Immediately post-election but pre-transition, there is a huge need to understand the institutional memory of the White House and of the cabinet agencies. Eight years ago, briefing books—big thick binders of information— were still in vogue. But now, social tools like websites, wikis, and collaborative software can help by making information more widely available, searchable, and discoverable, and it can also promote and aid discussions between relevant transition personnel with areas of overlap.

The White House must also coordinate a recruitment effort to seek out individuals with required expertise to staff the incoming administration. This involves not only the creation of a website for this purpose, but management of the resume information—which they can expect will be about 40,000 applications in the first few weeks and eventually total 70,000 interested persons, according to an article written by Clay Johnson III, the current deputy director of the Office of Management and Budget and previously the executive director of the Bush 43 transition team. Social software will also facilitate the associated research for vetting job candidates. Information management tools, collaborative software, advanced Internet search algorithms, and knowledge of online social networks would greatly facilitate a good deal of this important task.
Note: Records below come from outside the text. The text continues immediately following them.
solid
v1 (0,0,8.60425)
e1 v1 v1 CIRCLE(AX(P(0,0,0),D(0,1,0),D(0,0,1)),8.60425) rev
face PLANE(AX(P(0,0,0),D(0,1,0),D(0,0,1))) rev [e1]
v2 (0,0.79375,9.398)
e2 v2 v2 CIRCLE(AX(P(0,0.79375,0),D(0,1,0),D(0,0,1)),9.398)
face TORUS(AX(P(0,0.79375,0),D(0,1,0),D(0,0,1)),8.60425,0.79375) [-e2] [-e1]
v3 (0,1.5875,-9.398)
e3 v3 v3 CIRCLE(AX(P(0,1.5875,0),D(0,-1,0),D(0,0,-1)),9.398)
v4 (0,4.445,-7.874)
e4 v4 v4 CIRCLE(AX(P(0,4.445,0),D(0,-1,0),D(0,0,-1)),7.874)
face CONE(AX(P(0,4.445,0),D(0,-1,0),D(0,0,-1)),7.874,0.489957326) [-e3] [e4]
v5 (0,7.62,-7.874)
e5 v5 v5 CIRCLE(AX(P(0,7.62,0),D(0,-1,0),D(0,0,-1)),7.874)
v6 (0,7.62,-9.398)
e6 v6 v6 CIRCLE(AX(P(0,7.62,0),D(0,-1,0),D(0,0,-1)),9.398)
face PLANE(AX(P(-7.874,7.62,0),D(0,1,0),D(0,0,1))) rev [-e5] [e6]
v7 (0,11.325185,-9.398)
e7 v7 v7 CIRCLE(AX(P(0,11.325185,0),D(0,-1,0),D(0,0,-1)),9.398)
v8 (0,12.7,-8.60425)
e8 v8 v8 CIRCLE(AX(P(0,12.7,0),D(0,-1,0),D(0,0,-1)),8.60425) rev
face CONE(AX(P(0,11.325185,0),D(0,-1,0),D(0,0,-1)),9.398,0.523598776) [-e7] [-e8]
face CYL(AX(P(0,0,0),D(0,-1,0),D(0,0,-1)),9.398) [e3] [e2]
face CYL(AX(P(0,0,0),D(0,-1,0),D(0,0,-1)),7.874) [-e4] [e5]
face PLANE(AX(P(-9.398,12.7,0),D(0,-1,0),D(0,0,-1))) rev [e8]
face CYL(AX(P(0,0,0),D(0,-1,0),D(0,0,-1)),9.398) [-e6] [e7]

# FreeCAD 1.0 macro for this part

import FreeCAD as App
import Part
import Sketcher

V = App.Vector
Q = App.Units.Quantity


def edges_at(feature, points):
    """Names of the edges that pass closest to the given points."""
    edges = feature.Shape.Edges
    near = lambda p: min(range(len(edges)), key=lambda i: edges[i].distToShape(Part.Vertex(*p))[0])
    return sorted({f"Edge{near(p) + 1}" for p in points})

doc = App.newDocument("Part")
body = doc.addObject("PartDesign::Body", "Body")

# Sketch on XY plane
sketch1 = body.newObject("Sketcher::SketchObject", "Sketch")
sketch1.AttachmentSupport = (doc.getObject("XY_Plane"), [""])
sketch1.MapMode = "FlatFace"
sketch1.addGeometry(Part.LineSegment(V(-9.4, 0, 0), V(0, 0, 0)), False)
sketch1.addGeometry(Part.LineSegment(V(0, 0, 0), V(0, 12.7, 0)), False)
sketch1.addGeometry(Part.LineSegment(V(0, 12.7, 0), V(-9.4, 12.7, 0)), False)
sketch1.addGeometry(Part.LineSegment(V(-9.4, 12.7, 0), V(-9.4, 7.6, 0)), False)
sketch1.addGeometry(Part.LineSegment(V(-9.4, 7.6, 0), V(-7.9, 7.6, 0)), False)
sketch1.addGeometry(Part.LineSegment(V(-7.9, 7.6, 0), V(-7.9, 4.4, 0)), False)
sketch1.addGeometry(Part.LineSegment(V(-7.9, 4.4, 0), V(-9.4, 1.6, 0)), False)
sketch1.addGeometry(Part.LineSegment(V(-9.4, 1.6, 0), V(-9.4, 0, 0)), False)
sketch1.addConstraint(Sketcher.Constraint("Coincident", 0, 2, 1, 1))
sketch1.addConstraint(Sketcher.Constraint("Coincident", 1, 2, 2, 1))
sketch1.addConstraint(Sketcher.Constraint("Coincident", 2, 2, 3, 1))
sketch1.addConstraint(Sketcher.Constraint("Coincident", 3, 2, 4, 1))
sketch1.addConstraint(Sketcher.Constraint("Coincident", 4, 2, 5, 1))
sketch1.addConstraint(Sketcher.Constraint("Coincident", 5, 2, 6, 1))
sketch1.addConstraint(Sketcher.Constraint("Coincident", 6, 2, 7, 1))
sketch1.addConstraint(Sketcher.Constraint("Coincident", 7, 2, 0, 1))
sketch1.addConstraint(Sketcher.Constraint("Horizontal", 0))
sketch1.addConstraint(Sketcher.Constraint("Vertical", 1))
sketch1.addConstraint(Sketcher.Constraint("Horizontal", 2))
sketch1.addConstraint(Sketcher.Constraint("Vertical", 3))
sketch1.addConstraint(Sketcher.Constraint("Horizontal", 4))
sketch1.addConstraint(Sketcher.Constraint("Vertical", 5))
sketch1.addConstraint(Sketcher.Constraint("Vertical", 7))
sketch1.addConstraint(Sketcher.Constraint("Coincident", 0, 2, -1, 1))
sketch1.addConstraint(Sketcher.Constraint("Vertical", 3, 2, 6, 2))
sketch1.addConstraint(Sketcher.Constraint("DistanceY", 1, 1, 1, 2, Q("0.5 in")))
sketch1.addConstraint(Sketcher.Constraint("DistanceY", 3, 2, 3, 1, Q("0.2 in")))
sketch1.addConstraint(Sketcher.Constraint("DistanceX", 0, 1, 0, 2, Q("0.37 in")))
sketch1.addConstraint(Sketcher.Constraint("DistanceX", 4, 1, 4, 2, Q("0.06 in")))
sketch1.addConstraint(Sketcher.Constraint("DistanceY", 5, 2, 5, 1, Q("0.125 in")))
sketch1.addConstraint(Sketcher.Constraint("DistanceY", 7, 2, 7, 1, Q("0.0625 in")))
revolution = body.newObject("PartDesign::Revolution", "Revolution")
revolution.Profile = sketch1
revolution.ReferenceAxis = (sketch1, ["V_Axis"])
revolution.Angle = 360
doc.recompute()

fillet = body.newObject("PartDesign::Fillet", "Fillet")
fillet.Base = (revolution, edges_at(revolution, [(9.398, 0, 0)]))
fillet.Radius = Q("0.03125 in")
doc.recompute()

chamfer = body.newObject("PartDesign::Chamfer", "Chamfer")
chamfer.Base = (fillet, edges_at(fillet, [(9.398, 12.7, 0)]))
chamfer.ChamferType = "Two distances"
chamfer.Size = Q("0.03125 in")
chamfer.Size2 = 1.374815
chamfer.FlipDirection = True

doc.recompute()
In addition, current career government employees could staff some of these thousands of open positions. The transition team is in a unique position to reach out to and recruit those people—even if just temporarily—using social tools. This approach would leverage existing bureaucratic knowledge without risking administrative gaps in the critical first months of the presidency.

Next, the incoming administration will be immediately and constantly overwhelmed with “advice” (some wanted, some unwanted) from think tanks, previous administrations, “experts,” interest groups, lobbyists, governors, legislators, and donors. And this information will come from a variety of sources using diverse media—print, email, video, and audio. Points of contact for these people and groups need to be organized and coordinated; information must be organized and shared; and staffers must meet and sometimes partner with groups, all in the effort to craft the short and long-term agenda of the critical first 100 days (and beyond) of the new administration. New social websites and software allow coordination of formal debates so as to allow actionable conclusions from what might at first seem like the chaos of many opinions. And the new administration might consider using social networks to reach out to stakeholders as well.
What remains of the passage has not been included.